Data listing:

━━━━━━

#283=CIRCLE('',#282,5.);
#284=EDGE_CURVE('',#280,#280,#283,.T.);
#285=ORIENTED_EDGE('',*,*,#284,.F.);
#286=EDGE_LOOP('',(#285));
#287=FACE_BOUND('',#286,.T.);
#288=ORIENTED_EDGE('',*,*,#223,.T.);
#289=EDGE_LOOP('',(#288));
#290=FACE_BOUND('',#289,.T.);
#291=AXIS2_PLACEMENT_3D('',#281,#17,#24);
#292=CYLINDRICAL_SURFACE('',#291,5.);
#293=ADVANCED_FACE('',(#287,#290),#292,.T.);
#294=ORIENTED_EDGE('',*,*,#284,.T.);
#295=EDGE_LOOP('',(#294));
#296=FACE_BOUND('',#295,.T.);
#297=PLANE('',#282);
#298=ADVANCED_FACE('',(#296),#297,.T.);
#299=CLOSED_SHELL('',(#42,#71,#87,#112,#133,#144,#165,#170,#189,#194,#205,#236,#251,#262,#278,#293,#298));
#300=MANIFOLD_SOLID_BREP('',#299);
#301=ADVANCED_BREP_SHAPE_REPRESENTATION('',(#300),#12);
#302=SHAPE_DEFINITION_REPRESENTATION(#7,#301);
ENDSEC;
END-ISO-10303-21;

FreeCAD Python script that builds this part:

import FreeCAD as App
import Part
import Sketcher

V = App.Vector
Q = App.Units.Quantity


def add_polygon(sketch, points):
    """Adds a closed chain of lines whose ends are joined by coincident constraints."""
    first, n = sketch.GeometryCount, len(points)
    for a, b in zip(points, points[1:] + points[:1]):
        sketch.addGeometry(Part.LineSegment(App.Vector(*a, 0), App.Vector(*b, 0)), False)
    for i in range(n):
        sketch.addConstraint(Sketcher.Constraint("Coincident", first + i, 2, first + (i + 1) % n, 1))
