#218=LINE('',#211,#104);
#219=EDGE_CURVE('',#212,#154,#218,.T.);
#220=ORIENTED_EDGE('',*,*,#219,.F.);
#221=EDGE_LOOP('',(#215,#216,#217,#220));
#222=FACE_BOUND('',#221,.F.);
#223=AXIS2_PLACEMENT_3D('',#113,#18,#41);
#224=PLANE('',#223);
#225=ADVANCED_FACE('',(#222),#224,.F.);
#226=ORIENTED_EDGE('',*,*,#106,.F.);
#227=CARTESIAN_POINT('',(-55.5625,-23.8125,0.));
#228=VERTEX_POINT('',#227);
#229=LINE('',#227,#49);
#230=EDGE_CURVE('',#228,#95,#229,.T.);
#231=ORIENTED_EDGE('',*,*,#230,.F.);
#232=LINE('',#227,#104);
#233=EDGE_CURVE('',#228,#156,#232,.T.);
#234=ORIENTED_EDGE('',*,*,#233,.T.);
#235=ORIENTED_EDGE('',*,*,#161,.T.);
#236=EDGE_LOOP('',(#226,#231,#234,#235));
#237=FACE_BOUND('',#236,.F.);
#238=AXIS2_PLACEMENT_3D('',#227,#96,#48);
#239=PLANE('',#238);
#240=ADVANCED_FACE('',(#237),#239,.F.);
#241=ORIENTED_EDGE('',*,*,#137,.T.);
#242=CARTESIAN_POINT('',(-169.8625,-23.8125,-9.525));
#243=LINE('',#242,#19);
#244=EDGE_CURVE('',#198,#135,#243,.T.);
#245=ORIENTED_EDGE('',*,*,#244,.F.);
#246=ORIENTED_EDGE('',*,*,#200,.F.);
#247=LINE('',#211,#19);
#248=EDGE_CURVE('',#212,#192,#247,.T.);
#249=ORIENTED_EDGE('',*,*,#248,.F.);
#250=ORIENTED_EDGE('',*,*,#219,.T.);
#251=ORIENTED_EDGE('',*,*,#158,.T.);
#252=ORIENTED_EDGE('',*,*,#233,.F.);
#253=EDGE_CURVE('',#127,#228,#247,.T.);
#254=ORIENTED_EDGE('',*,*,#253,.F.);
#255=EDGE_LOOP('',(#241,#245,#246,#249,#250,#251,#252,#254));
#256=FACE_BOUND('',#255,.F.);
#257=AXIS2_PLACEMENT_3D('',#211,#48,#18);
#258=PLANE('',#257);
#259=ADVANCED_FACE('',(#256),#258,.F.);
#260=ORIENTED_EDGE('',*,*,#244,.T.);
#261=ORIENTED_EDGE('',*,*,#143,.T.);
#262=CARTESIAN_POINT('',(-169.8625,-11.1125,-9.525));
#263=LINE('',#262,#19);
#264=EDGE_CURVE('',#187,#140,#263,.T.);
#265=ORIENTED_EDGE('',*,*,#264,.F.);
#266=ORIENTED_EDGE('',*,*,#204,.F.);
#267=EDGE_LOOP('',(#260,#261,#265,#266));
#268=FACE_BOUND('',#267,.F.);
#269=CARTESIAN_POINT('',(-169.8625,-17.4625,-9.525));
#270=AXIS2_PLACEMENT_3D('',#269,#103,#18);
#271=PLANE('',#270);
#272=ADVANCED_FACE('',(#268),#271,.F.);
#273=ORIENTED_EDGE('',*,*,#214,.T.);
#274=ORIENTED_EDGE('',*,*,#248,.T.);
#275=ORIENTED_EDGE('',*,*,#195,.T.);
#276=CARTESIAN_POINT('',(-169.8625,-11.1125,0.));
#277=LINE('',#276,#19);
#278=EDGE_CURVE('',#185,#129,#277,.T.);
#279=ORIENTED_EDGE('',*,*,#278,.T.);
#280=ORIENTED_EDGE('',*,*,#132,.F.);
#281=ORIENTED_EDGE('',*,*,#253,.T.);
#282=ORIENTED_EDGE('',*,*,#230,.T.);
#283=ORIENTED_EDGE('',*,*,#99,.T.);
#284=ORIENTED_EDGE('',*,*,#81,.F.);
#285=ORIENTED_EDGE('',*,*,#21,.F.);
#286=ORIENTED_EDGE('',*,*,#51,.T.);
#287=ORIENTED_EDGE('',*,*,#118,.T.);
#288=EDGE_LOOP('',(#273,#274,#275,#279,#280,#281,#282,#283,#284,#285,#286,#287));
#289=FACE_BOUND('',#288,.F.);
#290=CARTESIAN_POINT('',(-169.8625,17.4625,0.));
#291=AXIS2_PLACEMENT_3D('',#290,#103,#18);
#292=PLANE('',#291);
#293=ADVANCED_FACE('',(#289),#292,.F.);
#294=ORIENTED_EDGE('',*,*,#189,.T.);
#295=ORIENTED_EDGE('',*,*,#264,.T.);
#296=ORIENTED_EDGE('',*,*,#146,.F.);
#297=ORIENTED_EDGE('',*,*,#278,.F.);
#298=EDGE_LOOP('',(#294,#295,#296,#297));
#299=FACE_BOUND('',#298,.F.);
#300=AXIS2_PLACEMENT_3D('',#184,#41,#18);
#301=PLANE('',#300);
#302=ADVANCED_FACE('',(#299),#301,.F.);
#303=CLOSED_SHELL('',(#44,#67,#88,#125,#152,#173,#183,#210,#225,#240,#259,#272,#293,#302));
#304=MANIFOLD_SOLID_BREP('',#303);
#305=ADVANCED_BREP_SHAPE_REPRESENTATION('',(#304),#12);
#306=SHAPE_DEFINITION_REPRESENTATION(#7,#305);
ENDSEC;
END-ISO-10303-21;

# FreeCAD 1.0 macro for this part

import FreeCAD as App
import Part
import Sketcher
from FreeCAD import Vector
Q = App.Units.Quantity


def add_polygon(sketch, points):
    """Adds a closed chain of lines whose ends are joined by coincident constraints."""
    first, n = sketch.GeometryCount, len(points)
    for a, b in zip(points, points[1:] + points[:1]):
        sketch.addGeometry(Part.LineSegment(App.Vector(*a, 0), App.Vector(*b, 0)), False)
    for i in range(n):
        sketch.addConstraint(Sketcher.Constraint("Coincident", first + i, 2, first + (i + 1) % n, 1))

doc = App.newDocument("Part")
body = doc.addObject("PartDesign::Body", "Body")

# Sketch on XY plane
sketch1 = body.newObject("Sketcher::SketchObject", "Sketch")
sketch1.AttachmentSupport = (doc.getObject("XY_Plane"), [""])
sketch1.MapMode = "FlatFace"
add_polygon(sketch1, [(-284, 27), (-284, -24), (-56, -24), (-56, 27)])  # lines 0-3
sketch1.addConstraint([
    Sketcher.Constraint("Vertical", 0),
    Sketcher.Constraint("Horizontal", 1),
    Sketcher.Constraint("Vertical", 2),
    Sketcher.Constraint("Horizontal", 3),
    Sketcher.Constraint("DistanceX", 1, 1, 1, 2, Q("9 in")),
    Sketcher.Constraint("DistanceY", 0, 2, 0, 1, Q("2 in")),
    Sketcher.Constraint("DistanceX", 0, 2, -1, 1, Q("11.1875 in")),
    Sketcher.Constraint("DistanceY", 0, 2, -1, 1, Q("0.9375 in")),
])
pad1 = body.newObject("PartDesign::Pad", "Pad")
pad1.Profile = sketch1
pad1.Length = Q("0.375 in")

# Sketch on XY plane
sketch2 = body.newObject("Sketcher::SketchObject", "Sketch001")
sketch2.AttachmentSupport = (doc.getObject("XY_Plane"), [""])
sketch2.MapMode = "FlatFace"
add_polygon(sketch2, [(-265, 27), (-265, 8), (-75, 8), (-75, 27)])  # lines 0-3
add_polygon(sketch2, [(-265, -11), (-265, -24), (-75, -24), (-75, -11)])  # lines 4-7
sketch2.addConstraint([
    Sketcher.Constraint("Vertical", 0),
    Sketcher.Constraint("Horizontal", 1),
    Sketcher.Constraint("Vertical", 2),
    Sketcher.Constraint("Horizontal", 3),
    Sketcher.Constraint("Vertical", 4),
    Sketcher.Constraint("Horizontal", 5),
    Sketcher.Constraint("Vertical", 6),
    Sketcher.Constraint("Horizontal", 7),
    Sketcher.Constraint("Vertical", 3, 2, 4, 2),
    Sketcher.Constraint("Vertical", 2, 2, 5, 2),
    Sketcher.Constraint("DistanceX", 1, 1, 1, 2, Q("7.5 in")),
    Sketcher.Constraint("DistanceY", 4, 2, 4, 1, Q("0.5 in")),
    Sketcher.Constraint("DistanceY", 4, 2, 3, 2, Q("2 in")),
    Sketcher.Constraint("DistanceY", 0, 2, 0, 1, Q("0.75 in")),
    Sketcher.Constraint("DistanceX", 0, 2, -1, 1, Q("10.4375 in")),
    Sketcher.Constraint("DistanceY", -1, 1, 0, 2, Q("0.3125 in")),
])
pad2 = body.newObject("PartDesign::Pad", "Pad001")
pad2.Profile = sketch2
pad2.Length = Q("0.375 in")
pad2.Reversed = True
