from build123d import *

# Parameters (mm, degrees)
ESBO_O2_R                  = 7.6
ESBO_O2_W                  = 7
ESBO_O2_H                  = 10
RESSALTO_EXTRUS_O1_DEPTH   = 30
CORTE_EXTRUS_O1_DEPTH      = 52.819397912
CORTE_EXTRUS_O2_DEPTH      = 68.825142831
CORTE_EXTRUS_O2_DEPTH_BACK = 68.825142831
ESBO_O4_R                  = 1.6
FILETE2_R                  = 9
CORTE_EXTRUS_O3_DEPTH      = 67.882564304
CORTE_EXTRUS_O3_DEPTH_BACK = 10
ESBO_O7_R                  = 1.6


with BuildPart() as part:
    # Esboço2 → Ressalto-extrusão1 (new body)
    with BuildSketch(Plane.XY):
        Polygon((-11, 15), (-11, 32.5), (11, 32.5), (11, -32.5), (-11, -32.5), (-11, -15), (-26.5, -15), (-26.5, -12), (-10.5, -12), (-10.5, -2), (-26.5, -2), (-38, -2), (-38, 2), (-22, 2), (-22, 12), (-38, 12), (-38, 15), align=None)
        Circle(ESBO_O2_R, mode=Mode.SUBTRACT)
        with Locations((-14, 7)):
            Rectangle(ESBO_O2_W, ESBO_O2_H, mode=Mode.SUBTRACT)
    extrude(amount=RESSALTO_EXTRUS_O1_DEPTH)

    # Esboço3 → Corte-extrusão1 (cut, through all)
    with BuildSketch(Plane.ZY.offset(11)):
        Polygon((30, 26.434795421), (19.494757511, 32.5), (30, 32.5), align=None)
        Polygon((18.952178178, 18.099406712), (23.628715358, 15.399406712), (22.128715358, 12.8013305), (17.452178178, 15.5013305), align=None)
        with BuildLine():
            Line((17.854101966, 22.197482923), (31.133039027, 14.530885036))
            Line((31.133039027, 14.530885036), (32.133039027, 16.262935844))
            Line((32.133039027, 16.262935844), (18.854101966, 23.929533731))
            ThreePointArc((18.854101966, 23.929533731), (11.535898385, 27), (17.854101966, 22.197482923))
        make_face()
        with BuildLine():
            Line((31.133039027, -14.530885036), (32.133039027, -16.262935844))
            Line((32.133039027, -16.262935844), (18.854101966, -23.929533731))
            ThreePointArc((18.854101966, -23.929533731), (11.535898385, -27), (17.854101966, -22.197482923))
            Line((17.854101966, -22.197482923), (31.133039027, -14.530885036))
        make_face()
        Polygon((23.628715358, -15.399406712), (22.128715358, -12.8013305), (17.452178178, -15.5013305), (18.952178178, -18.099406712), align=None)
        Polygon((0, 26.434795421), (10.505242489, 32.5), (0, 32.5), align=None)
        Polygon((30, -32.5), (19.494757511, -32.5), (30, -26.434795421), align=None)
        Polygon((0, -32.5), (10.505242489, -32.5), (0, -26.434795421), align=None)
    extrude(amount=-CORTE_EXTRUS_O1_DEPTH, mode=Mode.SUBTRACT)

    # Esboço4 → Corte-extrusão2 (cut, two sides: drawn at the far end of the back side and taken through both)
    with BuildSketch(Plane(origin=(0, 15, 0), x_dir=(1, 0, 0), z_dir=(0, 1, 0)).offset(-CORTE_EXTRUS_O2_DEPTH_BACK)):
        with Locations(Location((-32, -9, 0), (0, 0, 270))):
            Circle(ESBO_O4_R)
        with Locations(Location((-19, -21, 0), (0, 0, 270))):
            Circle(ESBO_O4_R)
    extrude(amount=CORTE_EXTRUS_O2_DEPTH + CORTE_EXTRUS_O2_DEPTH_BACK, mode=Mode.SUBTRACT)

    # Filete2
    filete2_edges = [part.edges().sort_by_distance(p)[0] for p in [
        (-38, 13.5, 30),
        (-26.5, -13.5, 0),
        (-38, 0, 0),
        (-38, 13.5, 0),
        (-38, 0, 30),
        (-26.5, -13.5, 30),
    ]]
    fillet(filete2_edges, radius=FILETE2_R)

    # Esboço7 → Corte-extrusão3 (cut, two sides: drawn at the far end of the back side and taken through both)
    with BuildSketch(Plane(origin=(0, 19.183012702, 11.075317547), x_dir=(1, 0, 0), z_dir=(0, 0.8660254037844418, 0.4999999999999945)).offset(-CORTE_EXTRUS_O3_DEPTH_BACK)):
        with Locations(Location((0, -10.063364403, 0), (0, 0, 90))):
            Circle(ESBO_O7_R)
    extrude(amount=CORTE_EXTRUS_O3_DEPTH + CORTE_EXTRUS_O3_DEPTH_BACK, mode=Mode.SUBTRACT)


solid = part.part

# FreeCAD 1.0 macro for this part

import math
import FreeCAD as App
import Part
import Sketcher
Q = App.Units.Quantity


def edges_at(feature, points):
    """Names of the edges that pass closest to the given points."""
    edges = feature.Shape.Edges
    near = lambda p: min(range(len(edges)), key=lambda i: edges[i].distToShape(Part.Vertex(*p))[0])
    return sorted({f"Edge{near(p) + 1}" for p in points})

doc = App.newDocument("Part")
body = doc.addObject("PartDesign::Body", "Body")

sketch1 = doc.addObject("Sketcher::SketchObject", "Sketch")
body.addObject(sketch1)
sketch1.AttachmentSupport = (doc.XY_Plane, [""])
sketch1.MapMode = "FlatFace"
sketch1.addGeometry([
    Part.LineSegment(App.Vector(-11, 32.5, 0), App.Vector(-11, 15, 0)),
    Part.LineSegment(App.Vector(-11, 15, 0), App.Vector(-38, 15, 0)),
    Part.LineSegment(App.Vector(-38, 15, 0), App.Vector(-38, 12, 0)),
    Part.LineSegment(App.Vector(-38, 12, 0), App.Vector(-22, 12, 0)),
    Part.LineSegment(App.Vector(-22, 12, 0), App.Vector(-22, 2, 0)),
    Part.LineSegment(App.Vector(-22, 2, 0), App.Vector(-38, 2, 0)),
    Part.LineSegment(App.Vector(-38, 2, 0), App.Vector(-38, -2, 0)),
    Part.LineSegment(App.Vector(-38, -2, 0), App.Vector(-10.5, -2, 0)),
    Part.LineSegment(App.Vector(-10.5, -2, 0), App.Vector(-10.5, -12, 0)),
    Part.LineSegment(App.Vector(-10.5, -12, 0), App.Vector(-26.5, -12, 0)),
    Part.LineSegment(App.Vector(-26.5, -12, 0), App.Vector(-26.5, -15, 0)),
    Part.LineSegment(App.Vector(-26.5, -15, 0), App.Vector(-11, -15, 0)),
    Part.LineSegment(App.Vector(-11, -15, 0), App.Vector(-11, -32.5, 0)),
    Part.LineSegment(App.Vector(-11, -32.5, 0), App.Vector(11, -32.5, 0)),
    Part.LineSegment(App.Vector(11, -32.5, 0), App.Vector(11, 32.5, 0)),
    Part.LineSegment(App.Vector(11, 32.5, 0), App.Vector(-11, 32.5, 0)),
    Part.Circle(App.Vector(0, 0, 0), App.Vector(0, 0, 1), 7.6),
    Part.LineSegment(App.Vector(-17.5, 2, 0), App.Vector(-17.5, 12, 0)),
    Part.LineSegment(App.Vector(-17.5, 12, 0), App.Vector(-10.5, 12, 0)),
    Part.LineSegment(App.Vector(-10.5, 12, 0), App.Vector(-10.5, 2, 0)),
    Part.LineSegment(App.Vector(-10.5, 2, 0), App.Vector(-17.5, 2, 0)),
], False)
sketch1.addConstraint([
    Sketcher.Constraint("Coincident", 0, 2, 1, 1),
    Sketcher.Constraint("Coincident", 1, 2, 2, 1),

━━━━━━

Your instructions: Take the listing above and repeat exactly the lines from the one containing "#288=ORIENTED_EDGE('',*,*,#223,.T.);" through the one containing "#234=ORIENTED_EDGE('',*,*,#233,.T.);", both included.

Response area:
#288=ORIENTED_EDGE('',*,*,#223,.T.);
#289=EDGE_LOOP('',(#288));
#290=FACE_BOUND('',#289,.T.);
#291=AXIS2_PLACEMENT_3D('',#281,#17,#24);
#292=CYLINDRICAL_SURFACE('',#291,5.);
#293=ADVANCED_FACE('',(#287,#290),#292,.T.);
#294=ORIENTED_EDGE('',*,*,#284,.T.);
#295=EDGE_LOOP('',(#294));
#296=FACE_BOUND('',#295,.T.);
#297=PLANE('',#282);
#298=ADVANCED_FACE('',(#296),#297,.T.);
#299=CLOSED_SHELL('',(#42,#71,#87,#112,#133,#144,#165,#170,#189,#194,#205,#236,#251,#262,#278,#293,#298));
#300=MANIFOLD_SOLID_BREP('',#299);
#301=ADVANCED_BREP_SHAPE_REPRESENTATION('',(#300),#12);
#302=SHAPE_DEFINITION_REPRESENTATION(#7,#301);
ENDSEC;
END-ISO-10303-21;

FreeCAD Python script that builds this part:

import FreeCAD as App
import Part
import Sketcher

V = App.Vector
Q = App.Units.Quantity


def add_polygon(sketch, points):
    """Adds a closed chain of lines whose ends are joined by coincident constraints."""
    first, n = sketch.GeometryCount, len(points)
    for a, b in zip(points, points[1:] + points[:1]):
        sketch.addGeometry(Part.LineSegment(App.Vector(*a, 0), App.Vector(*b, 0)), False)
    for i in range(n):
        sketch.addConstraint(Sketcher.Constraint("Coincident", first + i, 2, first + (i + 1) % n, 1))
#218=LINE('',#211,#104);
#219=EDGE_CURVE('',#212,#154,#218,.T.);
#220=ORIENTED_EDGE('',*,*,#219,.F.);
#221=EDGE_LOOP('',(#215,#216,#217,#220));
#222=FACE_BOUND('',#221,.F.);
#223=AXIS2_PLACEMENT_3D('',#113,#18,#41);
#224=PLANE('',#223);
#225=ADVANCED_FACE('',(#222),#224,.F.);
#226=ORIENTED_EDGE('',*,*,#106,.F.);
#227=CARTESIAN_POINT('',(-55.5625,-23.8125,0.));
#228=VERTEX_POINT('',#227);
#229=LINE('',#227,#49);
#230=EDGE_CURVE('',#228,#95,#229,.T.);
#231=ORIENTED_EDGE('',*,*,#230,.F.);
#232=LINE('',#227,#104);
#233=EDGE_CURVE('',#228,#156,#232,.T.);
#234=ORIENTED_EDGE('',*,*,#233,.T.);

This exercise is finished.